Joining colleagues from Prospect and other unions and pensioners’ organisations will be Dai Hudd, Deputy General Secretary of Prospect, the second largest civil service union.
He said: “The value of people’s pensions will be hit by up to 25% because of this change. That’s a cash cut of £15,000- £20,000 for the average civil service pensioner. Our judicial review is the only hope of blocking this move, which will save the government £6bn in 2014-15 alone.
“Prospect is taking this legal challenge because CPI is not a fair indicator of inflation for pensions uprating. CPI excludes housing costs like rent, mortgage payments and council tax, which affect pensioners like everyone else.
“The CPI is calculated in a way that assumes that customers will switch to cheaper brands of goods rather than measuring the increase in their cost.

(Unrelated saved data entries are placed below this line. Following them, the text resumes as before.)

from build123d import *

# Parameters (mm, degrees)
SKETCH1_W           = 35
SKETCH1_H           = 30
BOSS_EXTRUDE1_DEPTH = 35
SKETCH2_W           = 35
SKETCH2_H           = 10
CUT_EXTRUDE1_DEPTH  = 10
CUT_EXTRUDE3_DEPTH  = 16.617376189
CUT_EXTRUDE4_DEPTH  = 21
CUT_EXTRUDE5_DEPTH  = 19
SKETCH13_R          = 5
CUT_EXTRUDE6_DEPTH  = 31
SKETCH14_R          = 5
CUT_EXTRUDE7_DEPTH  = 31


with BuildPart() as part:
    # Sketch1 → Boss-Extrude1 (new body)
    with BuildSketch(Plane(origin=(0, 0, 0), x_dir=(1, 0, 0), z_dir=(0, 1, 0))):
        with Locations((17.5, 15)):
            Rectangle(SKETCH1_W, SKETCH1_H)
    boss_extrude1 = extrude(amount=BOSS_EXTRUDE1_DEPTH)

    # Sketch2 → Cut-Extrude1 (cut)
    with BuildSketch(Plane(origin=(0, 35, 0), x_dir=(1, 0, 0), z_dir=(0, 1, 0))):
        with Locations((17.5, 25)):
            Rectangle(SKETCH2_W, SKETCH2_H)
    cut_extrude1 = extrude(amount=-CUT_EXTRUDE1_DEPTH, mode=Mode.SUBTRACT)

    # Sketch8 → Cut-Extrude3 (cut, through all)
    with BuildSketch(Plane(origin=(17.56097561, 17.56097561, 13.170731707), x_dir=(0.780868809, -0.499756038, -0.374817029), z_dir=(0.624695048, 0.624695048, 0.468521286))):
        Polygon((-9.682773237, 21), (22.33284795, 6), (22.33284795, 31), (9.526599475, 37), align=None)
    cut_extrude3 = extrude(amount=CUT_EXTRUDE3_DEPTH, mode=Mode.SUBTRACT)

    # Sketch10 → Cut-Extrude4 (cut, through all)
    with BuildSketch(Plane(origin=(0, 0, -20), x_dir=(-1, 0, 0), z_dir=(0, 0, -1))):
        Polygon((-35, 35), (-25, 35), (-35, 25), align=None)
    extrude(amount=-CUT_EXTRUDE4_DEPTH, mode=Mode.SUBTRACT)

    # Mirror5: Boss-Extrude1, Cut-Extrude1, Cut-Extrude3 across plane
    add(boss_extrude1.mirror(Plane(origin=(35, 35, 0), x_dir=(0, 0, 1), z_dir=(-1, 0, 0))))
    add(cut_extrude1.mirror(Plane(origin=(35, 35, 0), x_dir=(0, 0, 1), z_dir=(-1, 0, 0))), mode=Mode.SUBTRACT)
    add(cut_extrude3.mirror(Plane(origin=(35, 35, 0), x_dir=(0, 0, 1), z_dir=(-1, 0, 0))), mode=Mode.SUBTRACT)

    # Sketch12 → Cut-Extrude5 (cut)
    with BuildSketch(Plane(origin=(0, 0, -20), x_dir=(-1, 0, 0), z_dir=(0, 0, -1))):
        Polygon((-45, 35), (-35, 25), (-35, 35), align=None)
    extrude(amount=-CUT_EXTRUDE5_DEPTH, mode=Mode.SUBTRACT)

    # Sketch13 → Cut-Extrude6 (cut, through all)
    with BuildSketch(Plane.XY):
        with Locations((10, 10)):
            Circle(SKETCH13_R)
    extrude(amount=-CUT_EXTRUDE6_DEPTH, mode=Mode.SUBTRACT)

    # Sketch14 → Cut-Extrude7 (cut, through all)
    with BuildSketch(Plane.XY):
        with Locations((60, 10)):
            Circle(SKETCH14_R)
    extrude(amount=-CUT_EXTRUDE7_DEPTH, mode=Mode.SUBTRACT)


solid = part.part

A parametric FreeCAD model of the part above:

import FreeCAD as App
import Part
import Sketcher
from FreeCAD import Vector

doc = App.newDocument("Part")
params = doc.addObject("Spreadsheet::Sheet", "Params")
for row, (alias, value) in enumerate([
    ("sketch1_width", "35 mm"),
    ("sketch1_height", "30 mm"),
    ("pad1_length", "35 mm"),
    ("sketch2_width", "35 mm"),
    ("sketch2_height", "10 mm"),
    ("pocket1_length", "10 mm"),
    ("sketch3_height", "25 mm"),
    ("sketch3_length", "25 mm"),
    ("sketch4_width", "10 mm"),
    ("sketch5_width", "10 mm"),
    ("pocket4_length", "19 mm"),
    ("sketch6_diameter", "10 mm"),
    ("sketch7_diameter", "10 mm"),
], start=1):
    params.set(f"A{row}", alias)
    params.set(f"B{row}", "=" + value)
    params.setAlias(f"B{row}", alias)

body = doc.addObject("PartDesign::Body", "Body")
body.AllowCompound = True

sketch1 = body.newObject("Sketcher::SketchObject", "Sketch")
sketch1.AttachmentSupport = (doc.getObject("XZ_Plane"), [""])
sketch1.MapMode = "FlatFace"
sketch1.addGeometry([
    Part.LineSegment(Vector(0, -30, 0), Vector(0, 0, 0)),
    Part.LineSegment(Vector(0, 0, 0), Vector(35, 0, 0)),
    Part.LineSegment(Vector(35, 0, 0), Vector(35, -30, 0)),
    Part.LineSegment(Vector(35, -30, 0), Vector(0, -30, 0)),
], False)
sketch1.addConstraint([
    Sketcher.Constraint("Coincident", 0, 2, 1, 1),
    Sketcher.Constraint("Coincident", 1, 2, 2, 1),
    Sketcher.Constraint("Coincident", 2, 2, 3, 1),
    Sketcher.Constraint("Coincident", 3, 2, 0, 1),
    Sketcher.Constraint("Vertical", 0),
    Sketcher.Constraint("Horizontal", 1),
    Sketcher.Constraint("Vertical", 2),
    Sketcher.Constraint("Horizontal", 3),
    Sketcher.Constraint("Coincident", 0, 2, -1, 1),
    Sketcher.Constraint("DistanceX", 1, 1, 1, 2, 35.0),
    Sketcher.Constraint("DistanceY", 0, 1, 0, 2, 30.0),
])
sketch1.setExpression("Constraints[9]", "Params.sketch1_width")
sketch1.setExpression("Constraints[10]", "Params.sketch1_height")
pad1 = body.newObject("PartDesign::Pad", "Pad")
pad1.Profile = sketch1
pad1.setExpression("Length", "Params.pad1_length")
pad1.Reversed = True

sketch2 = body.newObject("Sketcher::SketchObject", "Sketch001")
sketch2.AttachmentSupport = (doc.getObject("XZ_Plane"), [""])
sketch2.MapMode = "FlatFace"
sketch2.AttachmentOffset = App.Placement(Vector(0, 0, -35), App.Rotation())
sketch2.addGeometry([
    Part.LineSegment(Vector(0, -30, 0), Vector(0, -20, 0)),
    Part.LineSegment(Vector(0, -20, 0), Vector(35, -20, 0)),
    Part.LineSegment(Vector(35, -20, 0), Vector(35, -30, 0)),
    Part.LineSegment(Vector(35, -30, 0), Vector(0, -30, 0)),
], False)
sketch2.addConstraint([
    Sketcher.Constraint("Coincident", 0, 2, 1, 1),
    Sketcher.Constraint("Coincident", 1, 2, 2, 1),
    Sketcher.Constraint("Coincident", 2, 2, 3, 1),
    Sketcher.Constraint("Coincident", 3, 2, 0, 1),
    Sketcher.Constraint("Vertical", 0),
    Sketcher.Constraint("Horizontal", 1),
    Sketcher.Constraint("Vertical", 2),
    Sketcher.Constraint("Horizontal", 3),
    Sketcher.Constraint("PointOnObject", 0, 2, -2),
    Sketcher.Constraint("DistanceX", 1, 1, 1, 2, 35.0),
    Sketcher.Constraint("DistanceY", 0, 1, 0, 2, 10.0),
    Sketcher.Constraint("DistanceY", 0, 2, -1, 1, 20.0),
])
sketch2.setExpression("Constraints[9]", "Params.sketch2_width")
sketch2.setExpression("Constraints[10]", "Params.sketch2_height")
pocket1 = body.newObject("PartDesign::Pocket", "Pocket")
pocket1.Profile = sketch2
pocket1.setExpression("Length", "Params.pocket1_length")
pocket1.Reversed = True

sketch3 = body.newObject("Sketcher::SketchObject", "Sketch002")
sketch3.Placement = App.Placement(Vector(17.560976, 17.560976, 13.170732), App.Rotation(Vector(0.780868809, -0.499756038, -0.374817029), Vector(0, 0.600000001, -0.8), Vector(0.624695048, 0.624695048, 0.468521286), "ZXY"))
sketch3.addGeometry([
    Part.LineSegment(Vector(-9.682773, 21, 0), Vector(22.332848, 6, 0)),
    Part.LineSegment(Vector(22.332848, 6, 0), Vector(22.332848, 31, 0)),
    Part.LineSegment(Vector(22.332848, 31, 0), Vector(9.526599, 37, 0)),
    Part.LineSegment(Vector(9.526599, 37, 0), Vector(-9.682773, 21, 0)),
], False)
sketch3.addConstraint([
    Sketcher.Constraint("Coincident", 0, 2, 1, 1),
    Sketcher.Constraint("Coincident", 1, 2, 2, 1),
    Sketcher.Constraint("Coincident", 2, 2, 3, 1),
    Sketcher.Constraint("Coincident", 3, 2, 0, 1),
    Sketcher.Constraint("Vertical", 1),
    Sketcher.Constraint("Parallel", 0, 2),
    Sketcher.Constraint("DistanceY", 1, 1, 1, 2, 25.0),
    Sketcher.Constraint("Distance", 3, 25.0),
    Sketcher.Constraint("DistanceY", -1, 1, 0, 2, 6.0),
    Sketcher.Constraint("DistanceY", -1, 1, 2, 2, 37.0),
    Sketcher.Constraint("DistanceY", -1, 1, 3, 2, 21.0),
    Sketcher.Constraint("DistanceX", -1, 1, 2, 2, 9.526599),
])
sketch3.setExpression("Constraints[6]", "Params.sketch3_height")
sketch3.setExpression("Constraints[7]", "Params.sketch3_length")
pocket2 = body.newObject("PartDesign::Pocket", "Pocket001")
pocket2.Profile = sketch3
pocket2.Type = "ThroughAll"
pocket2.Reversed = True

sketch4 = body.newObject("Sketcher::SketchObject", "Sketch003")
sketch4.AttachmentSupport = (doc.getObject("XY_Plane"), [""])
sketch4.MapMode = "FlatFace"
sketch4.AttachmentOffset = App.Placement(Vector(0, 0, -20), App.Rotation())
sketch4.addGeometry([
    Part.LineSegment(Vector(25, 35, 0), Vector(35, 35, 0)),
    Part.LineSegment(Vector(35, 35, 0), Vector(35, 25, 0)),
    Part.LineSegment(Vector(35, 25, 0), Vector(25, 35, 0)),
], False)
sketch4.addConstraint([
    Sketcher.Constraint("Coincident", 0, 2, 1, 1),
    Sketcher.Constraint("Coincident", 1, 2, 2, 1),
    Sketcher.Constraint("Coincident", 2, 2, 0, 1),
    Sketcher.Constraint("Horizontal", 0),
    Sketcher.Constraint("Vertical", 1),
    Sketcher.Constraint("Equal", 0, 1),
    Sketcher.Constraint("DistanceX", 0, 1, 0, 2, 10.0),
    Sketcher.Constraint("DistanceX", -1, 1, 0, 2, 35.0),
    Sketcher.Constraint("DistanceY", -1, 1, 0, 2, 35.0),
])
sketch4.setExpression("Constraints[6]", "Params.sketch4_width")
pocket3 = body.newObject("PartDesign::Pocket", "Pocket002")
pocket3.Profile = sketch4
pocket3.Type = "ThroughAll"
pocket3.Reversed = True
doc.recompute()

datumplane = body.newObject("PartDesign::Plane", "DatumPlane")
datumplane.AttachmentSupport = (doc.getObject("YZ_Plane"), [""])
datumplane.MapMode = "FlatFace"
datumplane.AttachmentOffset = App.Placement(Vector(0, 0, 35), App.Rotation())
mirrored = body.newObject("PartDesign::Mirrored", "Mirrored")
mirrored.Originals = [pad1, pocket1, pocket2]
mirrored.MirrorPlane = (datumplane, [""])
body.Tip = mirrored

sketch5 = body.newObject("Sketcher::SketchObject", "Sketch004")
sketch5.AttachmentSupport = (doc.getObject("XY_Plane"), [""])
sketch5.MapMode = "FlatFace"
sketch5.AttachmentOffset = App.Placement(Vector(0, 0, -20), App.Rotation())
sketch5.addGeometry([
    Part.LineSegment(Vector(45, 35, 0), Vector(35, 25, 0)),
    Part.LineSegment(Vector(35, 25, 0), Vector(35, 35, 0)),
    Part.LineSegment(Vector(35, 35, 0), Vector(45, 35, 0)),
], False)
sketch5.addConstraint([
    Sketcher.Constraint("Coincident", 0, 2, 1, 1),
    Sketcher.Constraint("Coincident", 1, 2, 2, 1),
    Sketcher.Constraint("Coincident", 2, 2, 0, 1),
    Sketcher.Constraint("Vertical", 1),
    Sketcher.Constraint("Horizontal", 2),
    Sketcher.Constraint("Equal", 2, 1),
    Sketcher.Constraint("DistanceX", 2, 1, 2, 2, 10.0),
    Sketcher.Constraint("DistanceX", -1, 1, 0, 2, 35.0),
    Sketcher.Constraint("DistanceY", -1, 1, 0, 2, 25.0),
])
sketch5.setExpression("Constraints[6]", "Params.sketch5_width")
pocket4 = body.newObject("PartDesign::Pocket", "Pocket003")
pocket4.Profile = sketch5
pocket4.setExpression("Length", "Params.pocket4_length")
pocket4.Reversed = True

sketch6 = body.newObject("Sketcher::SketchObject", "Sketch005")
sketch6.AttachmentSupport = (doc.getObject("XY_Plane"), [""])
sketch6.MapMode = "FlatFace"
sketch6.addGeometry(Part.Circle(Vector(10, 10, 0), Vector(0, 0, 1), 5), False)
sketch6.addConstraint([
    Sketcher.Constraint("Diameter", 0, 10.0),
    Sketcher.Constraint("DistanceX", -1, 1, 0, 3, 10.0),
    Sketcher.Constraint("DistanceY", -1, 1, 0, 3, 10.0),
])
sketch6.setExpression("Constraints[0]", "Params.sketch6_diameter")
pocket5 = body.newObject("PartDesign::Pocket", "Pocket004")
pocket5.Profile = sketch6
pocket5.Type = "ThroughAll"

sketch7 = body.newObject("Sketcher::SketchObject", "Sketch006")
sketch7.AttachmentSupport = (doc.getObject("XY_Plane"), [""])
sketch7.MapMode = "FlatFace"
sketch7.addGeometry(Part.Circle(Vector(60, 10, 0), Vector(0, 0, 1), 5), False)
sketch7.addConstraint([
    Sketcher.Constraint("Diameter", 0, 10.0),
    Sketcher.Constraint("DistanceX", -1, 1, 0, 3, 60.0),
    Sketcher.Constraint("DistanceY", -1, 1, 0, 3, 10.0),
])
sketch7.setExpression("Constraints[0]", "Params.sketch7_diameter")
pocket6 = body.newObject("PartDesign::Pocket", "Pocket005")
pocket6.Profile = sketch7
pocket6.Type = "ThroughAll"

doc.recompute()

Because CPI is normally around 1.2% lower than RPI, the value of a pension will be cut up to 25% over an individual’s lifetime.”
Hudd added: “Although this action is predominantly being taken by public sector unions, we are also anxious to highlight that millions of private sector workers and pensioners will be affected by this change.”
Those with major employers like BT, BAE Systems and Babcock International have already been told their pensions will be uprated in line with CPI. Nationally private scheme members will lose around £73bn in benefits, according to the Department for Work and Pensions.
The other five claimants with Prospect are the FDA, GMB, Police Federation, National Association of Retired Police Officers and the Civil Service Pensioners’ Alliance. Protestors will assemble outside the Royal Courts of Justice in the Strand, London WC2A 2LL, at 9.45am.